WMXI
- Ellisville, Mississippi; United States;
- Broadcast area: Laurel-Hattiesburg
- Frequency: 107.1 MHz
- Branding: News Talk 107-1

Programming
- Language: English
- Format: Talk radio
- Affiliations: Fox News Radio; Premiere Networks; USA Radio Network; Westwood One;

Ownership
- Owner: Jill Hebert Pol; (Eagle Broadcasting, LLC) (sale to Heathcock Broadcasting Associates, LLC pending);
- Sister stations: WFOR

History
- First air date: April 10, 1989
- Former frequencies: 98.1 MHz (1989–2025)

Technical information
- Licensing authority: FCC
- Facility ID: 54655
- Class: A
- ERP: 1,500 watts; 3,500 watts (CP);
- HAAT: 198 meters (650 ft)
- Transmitter coordinates: 31°31′36.10″N 89°08′10.20″W﻿ / ﻿31.5266944°N 89.1361667°W

Links
- Public license information: Public file; LMS;
- Webcast: Listen live
- Website: wmxi.com

= WMXI =

Radio station in Ellisville, Mississippi

WMXI (107.1 FM, "News Talk 107-1") is a commercial radio station broadcasting a news/talk format. Licensed to Ellisville, Mississippi, United States, the station serves the Laurel-Hattiesburg Arbitron market.

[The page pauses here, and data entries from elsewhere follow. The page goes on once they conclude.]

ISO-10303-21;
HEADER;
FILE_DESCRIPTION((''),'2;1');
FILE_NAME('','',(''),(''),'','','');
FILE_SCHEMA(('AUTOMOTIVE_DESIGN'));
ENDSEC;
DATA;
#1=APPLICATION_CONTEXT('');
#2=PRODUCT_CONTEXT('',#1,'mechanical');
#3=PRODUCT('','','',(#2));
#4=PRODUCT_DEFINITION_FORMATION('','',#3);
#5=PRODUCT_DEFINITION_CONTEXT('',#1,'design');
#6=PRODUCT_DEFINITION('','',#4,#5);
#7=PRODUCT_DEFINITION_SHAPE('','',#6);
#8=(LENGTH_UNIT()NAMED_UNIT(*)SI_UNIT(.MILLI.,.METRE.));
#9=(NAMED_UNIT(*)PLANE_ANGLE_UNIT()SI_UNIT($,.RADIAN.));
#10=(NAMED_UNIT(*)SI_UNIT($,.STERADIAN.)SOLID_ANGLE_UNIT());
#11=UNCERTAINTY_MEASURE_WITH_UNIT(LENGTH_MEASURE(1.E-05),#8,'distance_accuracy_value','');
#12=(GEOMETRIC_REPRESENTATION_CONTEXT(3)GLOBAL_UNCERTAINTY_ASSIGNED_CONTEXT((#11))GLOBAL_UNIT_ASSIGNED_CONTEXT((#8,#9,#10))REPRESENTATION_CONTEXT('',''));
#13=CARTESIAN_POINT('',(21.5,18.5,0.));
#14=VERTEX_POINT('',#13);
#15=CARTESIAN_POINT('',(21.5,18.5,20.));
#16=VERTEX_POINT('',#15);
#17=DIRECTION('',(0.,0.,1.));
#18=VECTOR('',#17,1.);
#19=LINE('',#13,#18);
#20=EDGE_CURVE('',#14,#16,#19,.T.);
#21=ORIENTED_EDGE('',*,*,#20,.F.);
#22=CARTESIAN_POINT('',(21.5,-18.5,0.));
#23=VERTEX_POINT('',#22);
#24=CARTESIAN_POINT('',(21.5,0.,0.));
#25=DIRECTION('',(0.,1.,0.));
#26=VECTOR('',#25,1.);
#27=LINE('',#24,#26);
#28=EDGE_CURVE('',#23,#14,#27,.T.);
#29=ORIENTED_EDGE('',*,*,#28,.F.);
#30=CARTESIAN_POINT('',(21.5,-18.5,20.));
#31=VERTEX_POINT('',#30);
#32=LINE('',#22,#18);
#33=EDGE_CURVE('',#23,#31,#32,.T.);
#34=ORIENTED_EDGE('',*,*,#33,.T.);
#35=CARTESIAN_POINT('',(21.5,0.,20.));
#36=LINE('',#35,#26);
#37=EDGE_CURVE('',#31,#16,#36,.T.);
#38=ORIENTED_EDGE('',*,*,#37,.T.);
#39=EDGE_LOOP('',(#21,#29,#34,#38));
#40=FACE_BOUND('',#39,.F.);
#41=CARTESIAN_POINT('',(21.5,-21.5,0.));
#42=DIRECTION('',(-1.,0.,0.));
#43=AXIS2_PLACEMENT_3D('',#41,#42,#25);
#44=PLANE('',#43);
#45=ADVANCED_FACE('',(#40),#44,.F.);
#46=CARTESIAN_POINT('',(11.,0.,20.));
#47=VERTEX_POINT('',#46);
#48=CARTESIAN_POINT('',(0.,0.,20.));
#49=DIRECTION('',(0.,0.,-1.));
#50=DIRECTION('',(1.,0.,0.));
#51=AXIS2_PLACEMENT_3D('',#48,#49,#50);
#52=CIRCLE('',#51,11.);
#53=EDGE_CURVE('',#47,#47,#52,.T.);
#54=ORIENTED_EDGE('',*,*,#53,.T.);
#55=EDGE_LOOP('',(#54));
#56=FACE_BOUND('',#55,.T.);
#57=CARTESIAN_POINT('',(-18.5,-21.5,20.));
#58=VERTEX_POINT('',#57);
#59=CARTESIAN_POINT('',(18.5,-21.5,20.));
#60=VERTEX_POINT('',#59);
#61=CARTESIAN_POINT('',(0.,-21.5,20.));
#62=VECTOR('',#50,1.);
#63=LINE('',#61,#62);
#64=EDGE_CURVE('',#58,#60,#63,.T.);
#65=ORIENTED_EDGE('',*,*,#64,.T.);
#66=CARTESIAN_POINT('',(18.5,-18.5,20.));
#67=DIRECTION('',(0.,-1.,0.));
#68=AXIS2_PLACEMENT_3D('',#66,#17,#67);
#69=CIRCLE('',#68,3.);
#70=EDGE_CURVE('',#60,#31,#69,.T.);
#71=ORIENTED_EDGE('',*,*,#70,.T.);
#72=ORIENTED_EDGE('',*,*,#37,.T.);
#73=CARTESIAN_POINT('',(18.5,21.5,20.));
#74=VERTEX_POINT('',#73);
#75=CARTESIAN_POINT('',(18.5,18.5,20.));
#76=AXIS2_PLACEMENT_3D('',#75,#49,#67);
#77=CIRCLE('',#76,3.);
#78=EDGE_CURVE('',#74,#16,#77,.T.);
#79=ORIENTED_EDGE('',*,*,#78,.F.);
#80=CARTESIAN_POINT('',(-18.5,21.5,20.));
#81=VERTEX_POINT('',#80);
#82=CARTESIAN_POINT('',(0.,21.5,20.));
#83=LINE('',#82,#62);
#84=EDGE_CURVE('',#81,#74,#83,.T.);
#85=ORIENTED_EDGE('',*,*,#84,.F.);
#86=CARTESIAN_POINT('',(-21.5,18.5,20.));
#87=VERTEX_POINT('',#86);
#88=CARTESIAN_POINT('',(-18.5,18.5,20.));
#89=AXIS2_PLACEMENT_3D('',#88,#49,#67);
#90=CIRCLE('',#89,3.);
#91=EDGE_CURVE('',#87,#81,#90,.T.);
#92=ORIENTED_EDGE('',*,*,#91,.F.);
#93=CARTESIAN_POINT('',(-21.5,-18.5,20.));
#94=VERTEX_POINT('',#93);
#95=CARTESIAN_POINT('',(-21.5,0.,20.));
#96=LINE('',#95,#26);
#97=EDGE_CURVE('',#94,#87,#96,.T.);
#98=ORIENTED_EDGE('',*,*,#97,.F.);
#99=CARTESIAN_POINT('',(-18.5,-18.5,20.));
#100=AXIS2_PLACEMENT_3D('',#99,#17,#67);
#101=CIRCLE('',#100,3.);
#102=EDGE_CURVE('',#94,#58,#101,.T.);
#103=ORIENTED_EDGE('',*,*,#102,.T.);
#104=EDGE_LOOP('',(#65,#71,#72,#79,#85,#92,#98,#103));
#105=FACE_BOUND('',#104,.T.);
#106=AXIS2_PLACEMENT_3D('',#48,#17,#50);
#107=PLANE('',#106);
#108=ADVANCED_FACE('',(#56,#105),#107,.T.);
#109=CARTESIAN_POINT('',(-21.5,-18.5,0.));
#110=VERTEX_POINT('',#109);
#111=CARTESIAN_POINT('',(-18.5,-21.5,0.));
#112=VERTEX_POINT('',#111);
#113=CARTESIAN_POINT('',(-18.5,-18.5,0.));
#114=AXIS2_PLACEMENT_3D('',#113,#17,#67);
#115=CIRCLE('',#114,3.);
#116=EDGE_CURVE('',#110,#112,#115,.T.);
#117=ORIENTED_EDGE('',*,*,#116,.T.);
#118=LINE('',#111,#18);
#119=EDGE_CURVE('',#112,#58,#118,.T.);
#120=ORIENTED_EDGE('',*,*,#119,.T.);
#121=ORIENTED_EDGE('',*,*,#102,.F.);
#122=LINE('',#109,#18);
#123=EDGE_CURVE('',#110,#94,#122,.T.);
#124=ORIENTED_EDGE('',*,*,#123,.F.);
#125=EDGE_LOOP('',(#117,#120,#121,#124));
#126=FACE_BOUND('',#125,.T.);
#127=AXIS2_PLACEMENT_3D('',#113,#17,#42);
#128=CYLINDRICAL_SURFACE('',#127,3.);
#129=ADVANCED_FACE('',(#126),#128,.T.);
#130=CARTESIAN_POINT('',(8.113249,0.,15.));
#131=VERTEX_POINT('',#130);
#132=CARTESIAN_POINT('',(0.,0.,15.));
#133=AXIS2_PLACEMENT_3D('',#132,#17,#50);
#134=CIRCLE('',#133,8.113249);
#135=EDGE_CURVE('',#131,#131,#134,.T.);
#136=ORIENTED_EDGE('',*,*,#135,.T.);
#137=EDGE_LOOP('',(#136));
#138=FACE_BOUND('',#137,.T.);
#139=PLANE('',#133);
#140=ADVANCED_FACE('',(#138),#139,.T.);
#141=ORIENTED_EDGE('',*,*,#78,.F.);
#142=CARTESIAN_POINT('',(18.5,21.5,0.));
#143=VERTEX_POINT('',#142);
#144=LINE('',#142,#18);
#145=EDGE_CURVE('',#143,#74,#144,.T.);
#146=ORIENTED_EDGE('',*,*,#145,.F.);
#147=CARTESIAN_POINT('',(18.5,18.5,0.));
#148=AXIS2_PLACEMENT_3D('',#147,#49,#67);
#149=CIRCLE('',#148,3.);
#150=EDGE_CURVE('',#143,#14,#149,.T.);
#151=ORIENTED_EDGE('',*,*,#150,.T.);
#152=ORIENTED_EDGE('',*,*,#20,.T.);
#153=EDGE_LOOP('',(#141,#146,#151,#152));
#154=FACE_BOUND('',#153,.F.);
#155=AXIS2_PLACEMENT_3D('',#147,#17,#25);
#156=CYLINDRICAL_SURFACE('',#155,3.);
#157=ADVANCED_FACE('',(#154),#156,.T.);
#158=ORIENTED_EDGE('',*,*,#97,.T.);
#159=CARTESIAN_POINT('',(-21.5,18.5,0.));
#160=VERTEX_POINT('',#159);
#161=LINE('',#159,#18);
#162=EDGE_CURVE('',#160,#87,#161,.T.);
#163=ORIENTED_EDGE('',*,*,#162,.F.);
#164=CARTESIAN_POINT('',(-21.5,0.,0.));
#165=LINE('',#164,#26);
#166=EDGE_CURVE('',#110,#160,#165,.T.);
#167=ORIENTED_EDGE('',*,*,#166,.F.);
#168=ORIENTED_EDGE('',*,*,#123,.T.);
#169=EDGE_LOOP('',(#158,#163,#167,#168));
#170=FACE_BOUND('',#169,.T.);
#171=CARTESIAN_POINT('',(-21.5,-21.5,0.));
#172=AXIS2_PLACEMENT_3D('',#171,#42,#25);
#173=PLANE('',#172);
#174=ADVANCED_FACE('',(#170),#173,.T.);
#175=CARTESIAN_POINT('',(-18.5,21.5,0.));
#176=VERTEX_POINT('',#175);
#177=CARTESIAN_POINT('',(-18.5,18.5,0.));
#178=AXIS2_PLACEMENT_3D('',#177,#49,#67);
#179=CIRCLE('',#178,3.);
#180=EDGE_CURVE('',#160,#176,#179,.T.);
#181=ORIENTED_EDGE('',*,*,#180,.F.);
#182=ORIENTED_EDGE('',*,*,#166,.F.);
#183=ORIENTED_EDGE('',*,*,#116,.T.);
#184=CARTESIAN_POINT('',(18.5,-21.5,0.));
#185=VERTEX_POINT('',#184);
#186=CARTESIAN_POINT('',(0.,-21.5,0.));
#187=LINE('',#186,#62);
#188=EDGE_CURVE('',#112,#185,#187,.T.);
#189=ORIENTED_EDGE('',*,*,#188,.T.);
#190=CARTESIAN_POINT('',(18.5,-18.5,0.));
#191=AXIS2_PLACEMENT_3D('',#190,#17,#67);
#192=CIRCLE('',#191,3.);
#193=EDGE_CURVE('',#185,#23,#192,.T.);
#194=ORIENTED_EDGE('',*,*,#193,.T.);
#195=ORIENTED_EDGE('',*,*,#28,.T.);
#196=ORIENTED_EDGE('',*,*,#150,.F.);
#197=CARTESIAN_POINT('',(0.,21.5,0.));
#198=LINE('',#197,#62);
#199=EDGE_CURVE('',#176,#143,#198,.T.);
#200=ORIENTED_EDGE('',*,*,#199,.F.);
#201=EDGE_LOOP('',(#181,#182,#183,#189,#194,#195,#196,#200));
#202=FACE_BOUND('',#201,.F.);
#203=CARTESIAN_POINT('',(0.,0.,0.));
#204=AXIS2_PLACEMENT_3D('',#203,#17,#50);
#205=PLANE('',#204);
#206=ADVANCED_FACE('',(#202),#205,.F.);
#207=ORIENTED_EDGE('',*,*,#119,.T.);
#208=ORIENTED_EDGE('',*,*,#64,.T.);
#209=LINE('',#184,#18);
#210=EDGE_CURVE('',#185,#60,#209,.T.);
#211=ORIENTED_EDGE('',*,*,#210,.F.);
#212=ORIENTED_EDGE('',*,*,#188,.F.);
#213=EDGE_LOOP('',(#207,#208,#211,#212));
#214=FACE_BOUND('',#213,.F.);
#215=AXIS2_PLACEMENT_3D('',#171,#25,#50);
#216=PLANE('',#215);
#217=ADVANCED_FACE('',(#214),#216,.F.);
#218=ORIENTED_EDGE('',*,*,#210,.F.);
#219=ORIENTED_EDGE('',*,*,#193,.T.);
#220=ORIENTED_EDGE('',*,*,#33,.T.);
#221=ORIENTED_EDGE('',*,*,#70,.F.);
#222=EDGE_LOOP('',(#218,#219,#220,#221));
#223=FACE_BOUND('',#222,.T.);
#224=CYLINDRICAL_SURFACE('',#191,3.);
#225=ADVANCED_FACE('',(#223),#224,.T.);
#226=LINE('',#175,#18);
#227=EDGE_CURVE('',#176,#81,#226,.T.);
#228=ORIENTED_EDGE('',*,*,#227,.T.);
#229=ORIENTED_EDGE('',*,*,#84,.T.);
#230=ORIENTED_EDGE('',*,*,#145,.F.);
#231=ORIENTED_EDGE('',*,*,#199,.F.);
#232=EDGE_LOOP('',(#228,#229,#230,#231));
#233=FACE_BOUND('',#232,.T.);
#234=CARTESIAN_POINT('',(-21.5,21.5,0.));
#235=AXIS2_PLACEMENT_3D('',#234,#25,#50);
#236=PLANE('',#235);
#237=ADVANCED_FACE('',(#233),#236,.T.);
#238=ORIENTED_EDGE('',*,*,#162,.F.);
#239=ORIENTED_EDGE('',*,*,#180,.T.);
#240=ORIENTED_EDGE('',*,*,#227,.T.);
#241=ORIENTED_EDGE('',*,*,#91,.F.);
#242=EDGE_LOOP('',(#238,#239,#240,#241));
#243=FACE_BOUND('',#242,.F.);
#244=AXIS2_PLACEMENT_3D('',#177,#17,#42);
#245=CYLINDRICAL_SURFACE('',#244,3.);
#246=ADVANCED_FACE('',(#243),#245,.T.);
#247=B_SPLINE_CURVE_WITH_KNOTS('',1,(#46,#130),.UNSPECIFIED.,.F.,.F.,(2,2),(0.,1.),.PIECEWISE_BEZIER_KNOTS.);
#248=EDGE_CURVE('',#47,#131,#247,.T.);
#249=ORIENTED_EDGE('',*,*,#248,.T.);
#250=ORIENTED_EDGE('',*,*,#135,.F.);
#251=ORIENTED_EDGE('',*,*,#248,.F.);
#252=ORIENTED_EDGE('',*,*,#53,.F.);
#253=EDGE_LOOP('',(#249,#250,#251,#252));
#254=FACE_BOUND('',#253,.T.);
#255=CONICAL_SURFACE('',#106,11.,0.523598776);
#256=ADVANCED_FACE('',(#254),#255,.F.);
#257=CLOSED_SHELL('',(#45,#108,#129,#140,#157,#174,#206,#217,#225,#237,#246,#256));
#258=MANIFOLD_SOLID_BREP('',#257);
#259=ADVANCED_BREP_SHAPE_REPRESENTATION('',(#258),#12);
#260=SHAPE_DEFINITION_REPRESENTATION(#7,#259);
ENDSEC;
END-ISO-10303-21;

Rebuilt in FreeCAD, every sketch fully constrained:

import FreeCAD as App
import Part
import Sketcher
Q = App.Units.Quantity


def edges_at(feature, points):
    """Names of the edges that pass closest to the given points."""
    edges = feature.Shape.Edges
    near = lambda p: min(range(len(edges)), key=lambda i: edges[i].distToShape(Part.Vertex(*p))[0])
    return sorted({f"Edge{near(p) + 1}" for p in points})


def add_polygon(sketch, points):
    """Adds a closed chain of lines whose ends are joined by coincident constraints."""
    first, n = sketch.GeometryCount, len(points)
    for a, b in zip(points, points[1:] + points[:1]):
        sketch.addGeometry(Part.LineSegment(App.Vector(*a, 0), App.Vector(*b, 0)), False)
    for i in range(n):
        sketch.addConstraint(Sketcher.Constraint("Coincident", first + i, 2, first + (i + 1) % n, 1))

doc = App.newDocument("Part")
body = doc.addObject("PartDesign::Body", "Body")

# Sketch on XY plane
sketch1 = doc.addObject("Sketcher::SketchObject", "Sketch")
body.addObject(sketch1)
sketch1.AttachmentSupport = (doc.XY_Plane, [""])
sketch1.MapMode = "FlatFace"
add_polygon(sketch1, [(-21.5, 21.5), (-21.5, -21.5), (21.5, -21.5), (21.5, 21.5)])  # lines 0-3
sketch1.addConstraint(Sketcher.Constraint("Vertical", 0))
sketch1.addConstraint(Sketcher.Constraint("Horizontal", 1))
sketch1.addConstraint(Sketcher.Constraint("Vertical", 2))
sketch1.addConstraint(Sketcher.Constraint("Horizontal", 3))
sketch1.addConstraint(Sketcher.Constraint("Symmetric", 0, 2, 2, 2, -1, 1))
sketch1.addConstraint(Sketcher.Constraint("Equal", 3, 0))
sketch1.addConstraint(Sketcher.Constraint("DistanceX", 1, 1, 1, 2, Q("43 mm")))
pad1 = doc.addObject("PartDesign::Pad", "Pad")
body.addObject(pad1)
pad1.Profile = sketch1
pad1.Length = 20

WMXI has a construction permit to increase its ERP to 3,500 watts.

==Programming==
As of September 2025, WMXI's weekday program schedule includes The O'Reilly Update, Pinebelt Daybreak, The Brian Kilmeade Show, The Vince Show with Vince Coglianese, The Sean Hannity Show, and The Mark Levin Show. Most hours begin with an update from Fox News Radio. There is also a one-minute news update at the bottom of most hours.

==History==
WMXI signed on for the first time on April 10, 1989, with a soft adult contemporary format as "Max 98". In April 2001, the station changed its format to dance-leaning Top 40 as "98.1 The Hot FM" through an LMA with Millennium Communications of Sicklerville, NJ. When the LMA ended in September 2002, WMXI became "98X" with a format change to alternative rock. In October 2002, "Talk Radio 98.1 WMXI" debuted when the news/talk format of then-sister station WXHB was moved to WMXI. WXHB's format was changed to southern gospel and was then sold to Blakeney Communications, Inc.

Former logo

WMXI moved to 107.1 MHz in January 2025 and increased its ERP from 1,000 to 1,500 watts.